__Your assignment__.
In the records below, begin at the line containing "#46=FACE_BOUND('',#45,.T.);" and end at the line containing "#60=CONICAL_SURFACE('',#59,15.,0.174532925);"; quote every line in that span exactly, including both boundary lines, and no others.

-- Exercise input follows --

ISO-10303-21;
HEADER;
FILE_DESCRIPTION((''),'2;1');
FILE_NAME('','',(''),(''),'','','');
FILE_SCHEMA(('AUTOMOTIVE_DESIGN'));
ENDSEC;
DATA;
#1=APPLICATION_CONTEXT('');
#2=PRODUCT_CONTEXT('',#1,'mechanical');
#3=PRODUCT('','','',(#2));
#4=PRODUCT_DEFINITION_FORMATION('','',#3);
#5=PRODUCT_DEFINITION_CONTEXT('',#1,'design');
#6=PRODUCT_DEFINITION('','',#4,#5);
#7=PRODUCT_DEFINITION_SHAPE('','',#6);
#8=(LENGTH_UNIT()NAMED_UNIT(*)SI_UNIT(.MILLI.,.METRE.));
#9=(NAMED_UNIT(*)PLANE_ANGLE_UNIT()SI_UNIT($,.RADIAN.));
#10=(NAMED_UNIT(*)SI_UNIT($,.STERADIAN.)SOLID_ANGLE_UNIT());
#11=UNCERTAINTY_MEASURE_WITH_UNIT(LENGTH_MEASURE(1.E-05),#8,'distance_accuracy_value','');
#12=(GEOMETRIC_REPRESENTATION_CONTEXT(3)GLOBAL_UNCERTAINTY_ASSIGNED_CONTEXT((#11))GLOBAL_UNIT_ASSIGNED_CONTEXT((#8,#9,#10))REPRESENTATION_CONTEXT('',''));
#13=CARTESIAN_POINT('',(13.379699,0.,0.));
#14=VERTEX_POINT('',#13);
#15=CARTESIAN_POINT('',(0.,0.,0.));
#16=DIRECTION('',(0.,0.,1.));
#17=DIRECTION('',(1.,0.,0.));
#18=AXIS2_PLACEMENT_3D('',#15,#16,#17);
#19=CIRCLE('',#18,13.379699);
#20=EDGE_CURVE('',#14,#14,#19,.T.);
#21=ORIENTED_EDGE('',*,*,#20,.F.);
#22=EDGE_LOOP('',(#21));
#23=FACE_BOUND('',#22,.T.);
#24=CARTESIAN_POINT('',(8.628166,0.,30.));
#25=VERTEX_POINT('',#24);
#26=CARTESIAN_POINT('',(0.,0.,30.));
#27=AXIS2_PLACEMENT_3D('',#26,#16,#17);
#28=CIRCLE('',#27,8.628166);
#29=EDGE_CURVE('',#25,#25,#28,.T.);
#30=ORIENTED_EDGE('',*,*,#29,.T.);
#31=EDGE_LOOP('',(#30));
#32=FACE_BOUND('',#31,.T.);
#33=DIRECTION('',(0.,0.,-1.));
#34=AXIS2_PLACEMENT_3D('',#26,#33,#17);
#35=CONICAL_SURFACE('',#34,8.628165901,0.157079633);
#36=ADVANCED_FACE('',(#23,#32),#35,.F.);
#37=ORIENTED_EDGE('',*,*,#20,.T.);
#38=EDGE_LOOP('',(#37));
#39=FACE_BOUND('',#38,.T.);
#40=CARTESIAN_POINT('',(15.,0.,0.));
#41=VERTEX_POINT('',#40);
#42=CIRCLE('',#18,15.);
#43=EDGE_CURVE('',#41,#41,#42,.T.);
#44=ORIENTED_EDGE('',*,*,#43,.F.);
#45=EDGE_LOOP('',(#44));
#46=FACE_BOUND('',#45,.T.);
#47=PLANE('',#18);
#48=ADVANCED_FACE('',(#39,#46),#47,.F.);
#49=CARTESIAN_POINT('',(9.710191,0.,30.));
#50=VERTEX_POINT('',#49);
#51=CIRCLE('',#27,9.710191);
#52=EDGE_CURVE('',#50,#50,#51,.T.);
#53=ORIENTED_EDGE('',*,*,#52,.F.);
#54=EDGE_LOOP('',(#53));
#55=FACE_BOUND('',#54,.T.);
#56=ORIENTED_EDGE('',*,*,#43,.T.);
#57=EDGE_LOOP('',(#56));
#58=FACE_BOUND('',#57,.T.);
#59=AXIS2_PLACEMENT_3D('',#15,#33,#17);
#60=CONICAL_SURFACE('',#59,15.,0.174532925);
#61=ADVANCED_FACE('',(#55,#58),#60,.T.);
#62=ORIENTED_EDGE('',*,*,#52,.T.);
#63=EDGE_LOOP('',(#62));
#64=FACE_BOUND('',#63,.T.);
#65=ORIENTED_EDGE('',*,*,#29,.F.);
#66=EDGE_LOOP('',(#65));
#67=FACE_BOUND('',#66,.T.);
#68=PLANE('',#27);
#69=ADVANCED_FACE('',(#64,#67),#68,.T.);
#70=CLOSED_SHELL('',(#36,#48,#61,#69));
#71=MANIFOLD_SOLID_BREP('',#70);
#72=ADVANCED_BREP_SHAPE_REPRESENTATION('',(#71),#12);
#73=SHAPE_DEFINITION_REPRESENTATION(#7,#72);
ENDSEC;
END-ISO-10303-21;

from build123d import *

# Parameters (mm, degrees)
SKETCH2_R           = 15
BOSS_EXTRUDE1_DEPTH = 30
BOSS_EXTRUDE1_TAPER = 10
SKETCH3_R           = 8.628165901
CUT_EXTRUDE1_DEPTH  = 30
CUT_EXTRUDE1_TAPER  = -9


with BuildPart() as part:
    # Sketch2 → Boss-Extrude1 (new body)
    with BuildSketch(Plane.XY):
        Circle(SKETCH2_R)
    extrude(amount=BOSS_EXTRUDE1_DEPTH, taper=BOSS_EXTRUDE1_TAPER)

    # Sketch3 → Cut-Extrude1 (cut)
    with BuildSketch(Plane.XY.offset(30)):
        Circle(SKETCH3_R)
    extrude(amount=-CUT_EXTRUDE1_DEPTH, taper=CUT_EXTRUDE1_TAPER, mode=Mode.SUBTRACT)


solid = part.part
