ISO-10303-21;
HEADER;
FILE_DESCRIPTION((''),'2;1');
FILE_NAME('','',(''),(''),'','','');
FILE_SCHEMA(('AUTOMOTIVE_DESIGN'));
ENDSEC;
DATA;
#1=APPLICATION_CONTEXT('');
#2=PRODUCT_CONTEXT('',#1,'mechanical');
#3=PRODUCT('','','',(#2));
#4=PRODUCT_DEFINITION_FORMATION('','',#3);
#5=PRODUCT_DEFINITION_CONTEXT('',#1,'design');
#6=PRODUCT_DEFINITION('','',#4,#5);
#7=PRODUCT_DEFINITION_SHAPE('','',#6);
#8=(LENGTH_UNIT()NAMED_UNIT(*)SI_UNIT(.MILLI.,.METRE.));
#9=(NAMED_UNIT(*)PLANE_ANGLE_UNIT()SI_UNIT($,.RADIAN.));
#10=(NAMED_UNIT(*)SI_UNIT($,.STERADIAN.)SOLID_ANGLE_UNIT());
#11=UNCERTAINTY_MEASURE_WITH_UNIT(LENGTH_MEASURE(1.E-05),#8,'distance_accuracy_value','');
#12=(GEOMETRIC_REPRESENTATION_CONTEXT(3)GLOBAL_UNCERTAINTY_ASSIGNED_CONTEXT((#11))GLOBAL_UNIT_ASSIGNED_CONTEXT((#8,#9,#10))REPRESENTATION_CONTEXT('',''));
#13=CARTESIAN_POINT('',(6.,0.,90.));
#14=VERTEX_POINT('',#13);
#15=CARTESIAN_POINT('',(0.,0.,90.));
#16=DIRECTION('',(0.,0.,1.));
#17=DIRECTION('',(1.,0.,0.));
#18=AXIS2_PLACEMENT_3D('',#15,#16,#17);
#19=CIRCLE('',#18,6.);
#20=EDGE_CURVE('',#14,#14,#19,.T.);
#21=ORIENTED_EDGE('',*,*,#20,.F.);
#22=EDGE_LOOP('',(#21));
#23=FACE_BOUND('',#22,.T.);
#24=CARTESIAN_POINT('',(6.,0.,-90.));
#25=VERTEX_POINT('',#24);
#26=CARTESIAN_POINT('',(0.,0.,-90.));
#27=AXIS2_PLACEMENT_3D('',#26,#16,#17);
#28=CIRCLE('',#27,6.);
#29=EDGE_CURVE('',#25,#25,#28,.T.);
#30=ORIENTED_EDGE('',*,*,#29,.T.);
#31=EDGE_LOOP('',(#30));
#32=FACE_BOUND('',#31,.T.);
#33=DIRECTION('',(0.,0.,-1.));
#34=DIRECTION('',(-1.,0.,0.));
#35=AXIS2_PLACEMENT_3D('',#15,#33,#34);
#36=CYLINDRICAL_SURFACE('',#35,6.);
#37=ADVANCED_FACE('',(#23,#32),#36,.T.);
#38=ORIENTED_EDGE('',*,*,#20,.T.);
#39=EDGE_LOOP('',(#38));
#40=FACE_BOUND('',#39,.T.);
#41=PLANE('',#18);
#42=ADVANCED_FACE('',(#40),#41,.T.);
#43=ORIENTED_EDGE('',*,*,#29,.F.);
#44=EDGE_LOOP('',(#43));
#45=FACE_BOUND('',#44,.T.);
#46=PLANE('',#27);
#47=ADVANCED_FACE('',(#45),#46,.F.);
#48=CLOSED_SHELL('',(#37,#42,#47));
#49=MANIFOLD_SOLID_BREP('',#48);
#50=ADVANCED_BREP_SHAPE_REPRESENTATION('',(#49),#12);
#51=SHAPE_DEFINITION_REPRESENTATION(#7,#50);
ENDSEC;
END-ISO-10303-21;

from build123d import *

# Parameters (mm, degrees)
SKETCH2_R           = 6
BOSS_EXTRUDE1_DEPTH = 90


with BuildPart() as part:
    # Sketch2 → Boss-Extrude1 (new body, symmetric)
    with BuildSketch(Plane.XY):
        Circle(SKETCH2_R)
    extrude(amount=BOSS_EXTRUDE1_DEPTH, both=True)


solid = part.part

-- Exercise input concluded --
-- Exercise input follows --

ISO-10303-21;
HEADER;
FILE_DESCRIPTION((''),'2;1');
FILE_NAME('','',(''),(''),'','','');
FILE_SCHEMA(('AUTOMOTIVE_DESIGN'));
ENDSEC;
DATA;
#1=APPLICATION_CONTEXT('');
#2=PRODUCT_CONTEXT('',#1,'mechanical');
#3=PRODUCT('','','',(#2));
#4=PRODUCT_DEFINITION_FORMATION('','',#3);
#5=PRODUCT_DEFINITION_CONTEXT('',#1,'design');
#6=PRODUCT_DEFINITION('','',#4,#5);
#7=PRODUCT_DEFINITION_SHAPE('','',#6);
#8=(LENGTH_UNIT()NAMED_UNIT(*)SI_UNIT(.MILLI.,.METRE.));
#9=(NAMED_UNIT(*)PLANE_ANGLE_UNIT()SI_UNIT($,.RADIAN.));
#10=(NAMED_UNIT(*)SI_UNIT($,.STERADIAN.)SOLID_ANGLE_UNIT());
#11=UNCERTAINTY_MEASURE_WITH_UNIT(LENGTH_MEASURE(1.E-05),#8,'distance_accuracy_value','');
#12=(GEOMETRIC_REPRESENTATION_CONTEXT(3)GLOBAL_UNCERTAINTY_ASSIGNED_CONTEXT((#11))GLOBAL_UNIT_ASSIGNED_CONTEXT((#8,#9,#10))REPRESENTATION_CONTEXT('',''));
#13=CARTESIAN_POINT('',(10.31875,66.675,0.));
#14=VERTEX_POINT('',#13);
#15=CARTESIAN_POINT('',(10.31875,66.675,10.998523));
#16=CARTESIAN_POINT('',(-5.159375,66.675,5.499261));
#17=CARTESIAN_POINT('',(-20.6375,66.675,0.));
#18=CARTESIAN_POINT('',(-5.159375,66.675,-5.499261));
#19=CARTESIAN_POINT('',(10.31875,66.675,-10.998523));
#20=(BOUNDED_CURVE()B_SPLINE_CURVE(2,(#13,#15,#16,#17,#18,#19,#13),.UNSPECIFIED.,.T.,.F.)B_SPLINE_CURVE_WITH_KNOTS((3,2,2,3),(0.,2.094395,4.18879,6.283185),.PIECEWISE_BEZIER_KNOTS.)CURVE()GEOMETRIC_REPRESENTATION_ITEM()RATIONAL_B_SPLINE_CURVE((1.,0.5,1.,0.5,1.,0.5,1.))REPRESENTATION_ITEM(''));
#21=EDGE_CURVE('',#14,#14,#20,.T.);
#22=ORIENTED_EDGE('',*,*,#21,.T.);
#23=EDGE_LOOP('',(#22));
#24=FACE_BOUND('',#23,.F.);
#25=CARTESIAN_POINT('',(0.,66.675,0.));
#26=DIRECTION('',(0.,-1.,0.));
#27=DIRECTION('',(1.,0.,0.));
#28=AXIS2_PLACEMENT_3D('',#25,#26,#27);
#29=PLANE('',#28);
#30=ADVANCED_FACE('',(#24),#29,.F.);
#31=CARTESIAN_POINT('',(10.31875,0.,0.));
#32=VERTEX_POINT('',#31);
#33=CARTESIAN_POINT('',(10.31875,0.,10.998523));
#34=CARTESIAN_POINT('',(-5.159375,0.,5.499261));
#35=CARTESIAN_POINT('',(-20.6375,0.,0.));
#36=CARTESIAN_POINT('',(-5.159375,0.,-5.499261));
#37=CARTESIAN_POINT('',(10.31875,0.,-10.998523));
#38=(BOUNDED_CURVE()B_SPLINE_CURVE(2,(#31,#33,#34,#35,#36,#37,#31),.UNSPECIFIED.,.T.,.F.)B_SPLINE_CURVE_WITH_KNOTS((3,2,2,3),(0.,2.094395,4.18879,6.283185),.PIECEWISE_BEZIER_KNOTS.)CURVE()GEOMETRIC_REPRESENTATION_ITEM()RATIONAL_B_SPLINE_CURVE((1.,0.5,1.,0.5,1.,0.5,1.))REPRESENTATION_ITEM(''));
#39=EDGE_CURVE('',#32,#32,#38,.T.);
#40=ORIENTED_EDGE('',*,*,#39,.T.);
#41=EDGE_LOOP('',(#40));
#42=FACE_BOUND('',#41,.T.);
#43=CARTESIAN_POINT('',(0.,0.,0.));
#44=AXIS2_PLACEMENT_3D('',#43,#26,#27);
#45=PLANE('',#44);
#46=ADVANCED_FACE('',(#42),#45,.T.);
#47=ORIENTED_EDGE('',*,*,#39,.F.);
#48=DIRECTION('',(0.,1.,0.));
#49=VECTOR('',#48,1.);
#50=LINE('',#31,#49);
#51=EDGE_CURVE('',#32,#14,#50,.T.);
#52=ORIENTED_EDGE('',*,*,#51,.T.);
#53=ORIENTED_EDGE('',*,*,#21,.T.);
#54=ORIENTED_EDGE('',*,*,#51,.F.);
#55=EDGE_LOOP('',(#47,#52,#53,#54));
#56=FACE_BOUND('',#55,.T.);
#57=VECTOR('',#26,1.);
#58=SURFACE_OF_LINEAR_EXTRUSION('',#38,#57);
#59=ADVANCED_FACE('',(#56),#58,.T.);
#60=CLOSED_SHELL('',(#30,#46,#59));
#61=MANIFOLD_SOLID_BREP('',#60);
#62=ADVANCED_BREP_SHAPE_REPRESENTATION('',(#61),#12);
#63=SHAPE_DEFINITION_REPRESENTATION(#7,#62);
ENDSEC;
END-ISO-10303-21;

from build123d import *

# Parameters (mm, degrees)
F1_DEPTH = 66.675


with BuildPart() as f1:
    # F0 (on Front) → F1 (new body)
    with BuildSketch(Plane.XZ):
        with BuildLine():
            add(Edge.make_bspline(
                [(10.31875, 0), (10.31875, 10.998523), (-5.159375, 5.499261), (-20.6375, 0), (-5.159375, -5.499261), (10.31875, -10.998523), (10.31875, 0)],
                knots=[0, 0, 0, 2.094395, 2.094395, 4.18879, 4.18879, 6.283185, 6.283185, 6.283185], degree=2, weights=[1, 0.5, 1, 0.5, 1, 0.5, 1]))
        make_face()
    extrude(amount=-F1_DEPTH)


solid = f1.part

-- Exercise input concluded --

__Response area__.
#46=FACE_BOUND('',#45,.T.);
#47=PLANE('',#18);
#48=ADVANCED_FACE('',(#39,#46),#47,.F.);
#49=CARTESIAN_POINT('',(9.710191,0.,30.));
#50=VERTEX_POINT('',#49);
#51=CIRCLE('',#27,9.710191);
#52=EDGE_CURVE('',#50,#50,#51,.T.);
#53=ORIENTED_EDGE('',*,*,#52,.F.);
#54=EDGE_LOOP('',(#53));
#55=FACE_BOUND('',#54,.T.);
#56=ORIENTED_EDGE('',*,*,#43,.T.);
#57=EDGE_LOOP('',(#56));
#58=FACE_BOUND('',#57,.T.);
#59=AXIS2_PLACEMENT_3D('',#15,#33,#17);
#60=CONICAL_SURFACE('',#59,15.,0.174532925);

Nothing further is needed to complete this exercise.